# ATF Soliciting Comments on Proposed Revisions to Firearms Transaction Record “4473"



## RedLion (Sep 23, 2015)

*ATF Soliciting Comments on Proposed Revisions to Firearms Transaction Record "4473"*

Of course the changes are not positive.



> Fugitive from Justice: Any person who has fled from any State
> to avoid prosecution for a felony or a misdemeanor; or any person who leaves the State to avoid giving testimony in any criminal proceeding. The term also includes any person who knows that misdemeanor or felony charges are pending against such person and who leaves the State of prosecution.
> 
> This seemingly suggests that if an individual were to cross state lines, even with the intent to return to their state while charges were pending, they are now a fugitive from justice for the purposes of the 4473. The potential implications of this interpretation are far reaching.


https://blog.princelaw.com/2016/04/12/atf-soliciting-comments-on-proposed-revisions-to-the-firearms-transaction-record-4473/

https://www.gpo.gov/fdsys/pkg/FR-2016-04-07/pdf/2016-07970.pdf


----------



## baldman (Apr 5, 2016)

Just wonderful. So you work out of state get in a scrape. You can't legally work until cleared up just great.


----------



## csi-tech (Apr 13, 2013)

It says any person who fled to another state to avoid prosecution. From a Federal standpoint US Marshals would have to prove that the person fled the state only to avoid prosecution before a UFAP (unlawful flight to avoid prosecution) warrant would issue. I would be opposed to this until they have been convicted of the felony with which they were charged. Once you are a CONVICTED felon you should never be allowed to possess or own a gun again.


----------



## RedLion (Sep 23, 2015)

csi-tech said:


> It says any person who fled to another state to avoid prosecution. From a Federal standpoint US Marshals would have to prove that the person fled the state only to avoid prosecution before a UFAP (unlawful flight to avoid prosecution) warrant would issue. I would be opposed to this until they have been convicted of the felony with which they were charged. Once you are a CONVICTED felon you should never be allowed to possess or own a gun again.


I disagree on the last part. If a person has served their punishment and can live in the community, then they should be able to own and bear arms.


----------



## rice paddy daddy (Jul 17, 2012)

RedLion said:


> I disagree on the last part. If a person has served their punishment and can live in the community, then they should be able to own and bear arms.

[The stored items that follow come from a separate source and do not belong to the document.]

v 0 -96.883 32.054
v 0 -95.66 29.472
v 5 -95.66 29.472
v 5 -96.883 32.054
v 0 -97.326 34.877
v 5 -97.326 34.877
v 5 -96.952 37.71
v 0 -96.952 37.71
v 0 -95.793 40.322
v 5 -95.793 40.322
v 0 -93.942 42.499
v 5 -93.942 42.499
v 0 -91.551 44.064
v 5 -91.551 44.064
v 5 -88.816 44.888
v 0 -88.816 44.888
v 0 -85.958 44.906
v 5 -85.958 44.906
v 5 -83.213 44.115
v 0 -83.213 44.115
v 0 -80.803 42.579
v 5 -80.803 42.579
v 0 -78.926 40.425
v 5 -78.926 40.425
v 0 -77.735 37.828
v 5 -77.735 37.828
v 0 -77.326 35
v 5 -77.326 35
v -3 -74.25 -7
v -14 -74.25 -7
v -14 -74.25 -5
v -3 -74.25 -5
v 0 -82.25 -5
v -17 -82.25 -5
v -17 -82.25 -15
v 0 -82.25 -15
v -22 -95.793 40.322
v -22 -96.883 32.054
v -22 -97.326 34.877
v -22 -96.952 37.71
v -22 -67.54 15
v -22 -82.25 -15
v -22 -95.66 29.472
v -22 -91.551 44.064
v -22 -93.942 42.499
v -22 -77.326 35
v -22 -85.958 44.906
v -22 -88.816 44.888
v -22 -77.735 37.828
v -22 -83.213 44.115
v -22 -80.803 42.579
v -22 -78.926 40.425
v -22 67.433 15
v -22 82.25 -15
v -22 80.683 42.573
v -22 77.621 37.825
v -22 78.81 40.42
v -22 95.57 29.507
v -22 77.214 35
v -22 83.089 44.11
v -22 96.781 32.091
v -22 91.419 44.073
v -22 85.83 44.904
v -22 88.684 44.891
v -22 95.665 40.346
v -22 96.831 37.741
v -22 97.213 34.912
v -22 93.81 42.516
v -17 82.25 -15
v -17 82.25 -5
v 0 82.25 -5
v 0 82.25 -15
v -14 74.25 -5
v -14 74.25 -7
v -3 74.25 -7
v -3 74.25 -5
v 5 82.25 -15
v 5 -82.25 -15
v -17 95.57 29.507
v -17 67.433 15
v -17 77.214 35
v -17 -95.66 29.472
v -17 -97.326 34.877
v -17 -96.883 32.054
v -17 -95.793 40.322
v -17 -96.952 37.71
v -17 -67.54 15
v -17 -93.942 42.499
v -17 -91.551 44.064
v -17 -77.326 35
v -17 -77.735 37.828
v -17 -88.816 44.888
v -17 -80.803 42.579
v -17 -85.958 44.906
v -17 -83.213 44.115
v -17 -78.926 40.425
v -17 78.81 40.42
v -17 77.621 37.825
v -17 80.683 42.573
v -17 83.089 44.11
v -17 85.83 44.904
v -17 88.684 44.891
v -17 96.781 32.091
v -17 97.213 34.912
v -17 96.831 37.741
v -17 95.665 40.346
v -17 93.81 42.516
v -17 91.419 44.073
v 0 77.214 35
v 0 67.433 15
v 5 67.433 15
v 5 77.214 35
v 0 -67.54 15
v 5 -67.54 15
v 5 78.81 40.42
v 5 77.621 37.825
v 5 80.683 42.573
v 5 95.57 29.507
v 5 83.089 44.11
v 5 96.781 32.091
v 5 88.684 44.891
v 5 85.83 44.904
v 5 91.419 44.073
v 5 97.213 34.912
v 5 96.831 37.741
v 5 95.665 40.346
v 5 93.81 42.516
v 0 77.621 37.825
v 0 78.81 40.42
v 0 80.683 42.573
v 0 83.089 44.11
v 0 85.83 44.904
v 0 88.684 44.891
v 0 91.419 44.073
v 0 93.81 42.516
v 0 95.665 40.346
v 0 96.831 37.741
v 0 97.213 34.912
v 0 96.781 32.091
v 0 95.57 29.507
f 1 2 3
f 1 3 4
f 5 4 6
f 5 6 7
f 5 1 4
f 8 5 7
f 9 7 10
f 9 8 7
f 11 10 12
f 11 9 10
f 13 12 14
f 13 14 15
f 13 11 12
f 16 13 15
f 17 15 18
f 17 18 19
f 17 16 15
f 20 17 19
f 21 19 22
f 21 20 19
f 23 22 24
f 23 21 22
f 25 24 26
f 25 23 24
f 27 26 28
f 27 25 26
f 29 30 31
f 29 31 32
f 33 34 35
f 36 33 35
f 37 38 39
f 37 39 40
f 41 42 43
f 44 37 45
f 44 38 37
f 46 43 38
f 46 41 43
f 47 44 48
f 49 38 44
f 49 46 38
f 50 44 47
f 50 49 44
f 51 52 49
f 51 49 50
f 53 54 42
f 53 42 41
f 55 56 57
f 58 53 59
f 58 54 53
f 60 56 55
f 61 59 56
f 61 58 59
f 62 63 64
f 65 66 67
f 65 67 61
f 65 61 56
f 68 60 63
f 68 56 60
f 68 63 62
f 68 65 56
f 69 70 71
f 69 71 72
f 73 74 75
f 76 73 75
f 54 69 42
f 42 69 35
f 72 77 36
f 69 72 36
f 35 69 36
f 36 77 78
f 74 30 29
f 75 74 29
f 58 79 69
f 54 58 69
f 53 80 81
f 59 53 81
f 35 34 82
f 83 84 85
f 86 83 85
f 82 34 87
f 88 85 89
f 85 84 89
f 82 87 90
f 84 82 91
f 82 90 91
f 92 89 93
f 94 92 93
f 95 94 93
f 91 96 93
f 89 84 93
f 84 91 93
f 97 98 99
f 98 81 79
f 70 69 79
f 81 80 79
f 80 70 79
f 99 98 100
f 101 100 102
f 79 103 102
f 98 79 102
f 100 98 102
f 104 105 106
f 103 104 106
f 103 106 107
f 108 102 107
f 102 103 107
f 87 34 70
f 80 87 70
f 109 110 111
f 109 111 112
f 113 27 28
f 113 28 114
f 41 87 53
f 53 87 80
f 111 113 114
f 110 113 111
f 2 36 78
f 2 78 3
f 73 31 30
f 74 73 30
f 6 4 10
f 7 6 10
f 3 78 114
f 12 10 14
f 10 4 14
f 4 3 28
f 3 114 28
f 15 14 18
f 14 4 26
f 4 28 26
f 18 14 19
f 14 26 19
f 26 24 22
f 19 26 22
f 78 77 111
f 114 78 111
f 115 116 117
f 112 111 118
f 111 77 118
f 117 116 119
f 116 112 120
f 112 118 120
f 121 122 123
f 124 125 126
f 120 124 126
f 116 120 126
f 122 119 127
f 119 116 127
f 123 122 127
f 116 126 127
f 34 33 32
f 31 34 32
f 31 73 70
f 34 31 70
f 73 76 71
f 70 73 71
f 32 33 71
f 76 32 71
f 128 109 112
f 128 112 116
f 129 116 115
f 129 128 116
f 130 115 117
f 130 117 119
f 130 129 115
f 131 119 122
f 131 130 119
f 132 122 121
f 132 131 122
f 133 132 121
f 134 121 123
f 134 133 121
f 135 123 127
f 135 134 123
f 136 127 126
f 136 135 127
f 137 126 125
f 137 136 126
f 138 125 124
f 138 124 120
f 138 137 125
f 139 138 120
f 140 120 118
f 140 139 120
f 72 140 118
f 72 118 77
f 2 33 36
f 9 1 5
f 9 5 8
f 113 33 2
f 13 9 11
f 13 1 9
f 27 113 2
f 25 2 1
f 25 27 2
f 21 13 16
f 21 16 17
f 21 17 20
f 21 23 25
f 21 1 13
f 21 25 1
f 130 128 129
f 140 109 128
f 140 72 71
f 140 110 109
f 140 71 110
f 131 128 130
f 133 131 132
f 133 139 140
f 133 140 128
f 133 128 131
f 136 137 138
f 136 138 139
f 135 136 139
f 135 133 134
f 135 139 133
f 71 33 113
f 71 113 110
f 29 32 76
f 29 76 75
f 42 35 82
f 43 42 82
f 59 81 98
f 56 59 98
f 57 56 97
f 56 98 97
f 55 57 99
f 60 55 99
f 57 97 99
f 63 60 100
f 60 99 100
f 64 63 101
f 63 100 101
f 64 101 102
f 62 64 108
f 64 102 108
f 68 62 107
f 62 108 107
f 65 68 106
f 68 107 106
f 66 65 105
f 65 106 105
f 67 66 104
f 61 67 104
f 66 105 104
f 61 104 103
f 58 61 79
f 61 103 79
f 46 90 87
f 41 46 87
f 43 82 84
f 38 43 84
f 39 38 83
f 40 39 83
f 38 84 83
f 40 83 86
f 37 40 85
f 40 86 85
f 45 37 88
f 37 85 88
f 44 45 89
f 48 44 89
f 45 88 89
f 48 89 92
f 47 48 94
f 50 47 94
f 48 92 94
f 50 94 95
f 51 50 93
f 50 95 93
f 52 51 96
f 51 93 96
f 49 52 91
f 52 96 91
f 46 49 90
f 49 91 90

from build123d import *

# Parameters (mm, degrees)
SALIENTE_EXTRUIR1_DEPTH = 5
CROQUIS3_W              = 10
CROQUIS3_H              = 164.5
SALIENTE_EXTRUIR2_DEPTH = 10
VACIADO1_START          = -74.25
VACIADO1_OUTLINE_W      = 11
VACIADO1_OUTLINE_H      = 2
VACIADO1_DEPTH          = 148.5


# Read off the part's stored shape, not the designer's step: Vaciado1
with BuildPart() as part:
    # Croquis1 → Saliente-Extruir1 (new body)
    with BuildSketch(Plane(origin=(0, 0, 0), x_dir=(0, 0, -1), z_dir=(1, 0, 0))):
        with BuildLine():
            Line((-29.506547344, 95.56963472), (15, 82.25))
            Line((15, 82.25), (15, -82.25))
            Line((15, -82.25), (-29.472062031, -95.659500692))
            ThreePointArc((-29.472062031, -95.659500692), (-44.574231242, -90.213203382), (-35, -77.326319918))
            Line((-35, -77.326319918), (-15, -67.539809421))
            Line((-15, -67.539809421), (-15, 67.43308889))
            Line((-15, 67.43308889), (-35, 77.213680082))
            ThreePointArc((-35, 77.213680082), (-44.580176052, 90.080773873), (-29.506547344, 95.56963472))
        make_face()
    extrude(amount=SALIENTE_EXTRUIR1_DEPTH)


with BuildPart() as body_2:
    # Simetría3: mirrored copy
    add(part.part.mirror(Plane(origin=(-8.5, 0, 0), x_dir=(0, 0, 1), z_dir=(1, 0, 0))))


with BuildPart() as part_1:
    add(part.part)

    add(body_2.part)  # Saliente-Extruir2 merges body 2
    # Croquis3 → Saliente-Extruir2 (add, symmetric)
    with BuildSketch(Plane(origin=(-8.5, 0, 0), x_dir=(0, 0, -1), z_dir=(1, 0, 0))):
        with Locations((10, 0)):
            Rectangle(CROQUIS3_W, CROQUIS3_H)
    extrude(amount=SALIENTE_EXTRUIR2_DEPTH, both=True)

    # Vaciado1 outline → Vaciado1 (cut)
    with BuildSketch(Plane(origin=(0, 0, 0), x_dir=(1, 0, 0), z_dir=(0, 1, 0)).offset(VACIADO1_START)):
        with Locations((-8.5, 6)):
            Rectangle(VACIADO1_OUTLINE_W, VACIADO1_OUTLINE_H)
    extrude(amount=VACIADO1_DEPTH, mode=Mode.SUBTRACT)


solid = part_1.part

How about someone who did time for murder? Assault with a deadly weapon? Armed car jacking? Attempted murder?


----------



## dsdmmat (Nov 9, 2012)

rice paddy daddy said:


> How about someone who did time for murder? Assault with a deadly weapon? Armed car jacking? Attempted murder?


What is the constitutional authority for revoking their rights forever?

If someone is too dangerous to own a gun then they are too dangerous to be freed from incarceration.


----------



## Slippy (Nov 14, 2013)

I am convinced that many people should NOT vote or own a firearm.


----------



## KUSA (Apr 21, 2016)

RedLion said:


> I disagree on the last part. If a person has served their punishment and can live in the community, then they should be able to own and bear arms.


Free men have rights. If they aren't worthy of constitutional rights then they shouldn't be free.


----------



## KUSA (Apr 21, 2016)

rice paddy daddy said:


> How about someone who did time for murder? Assault with a deadly weapon? Armed car jacking? Attempted murder?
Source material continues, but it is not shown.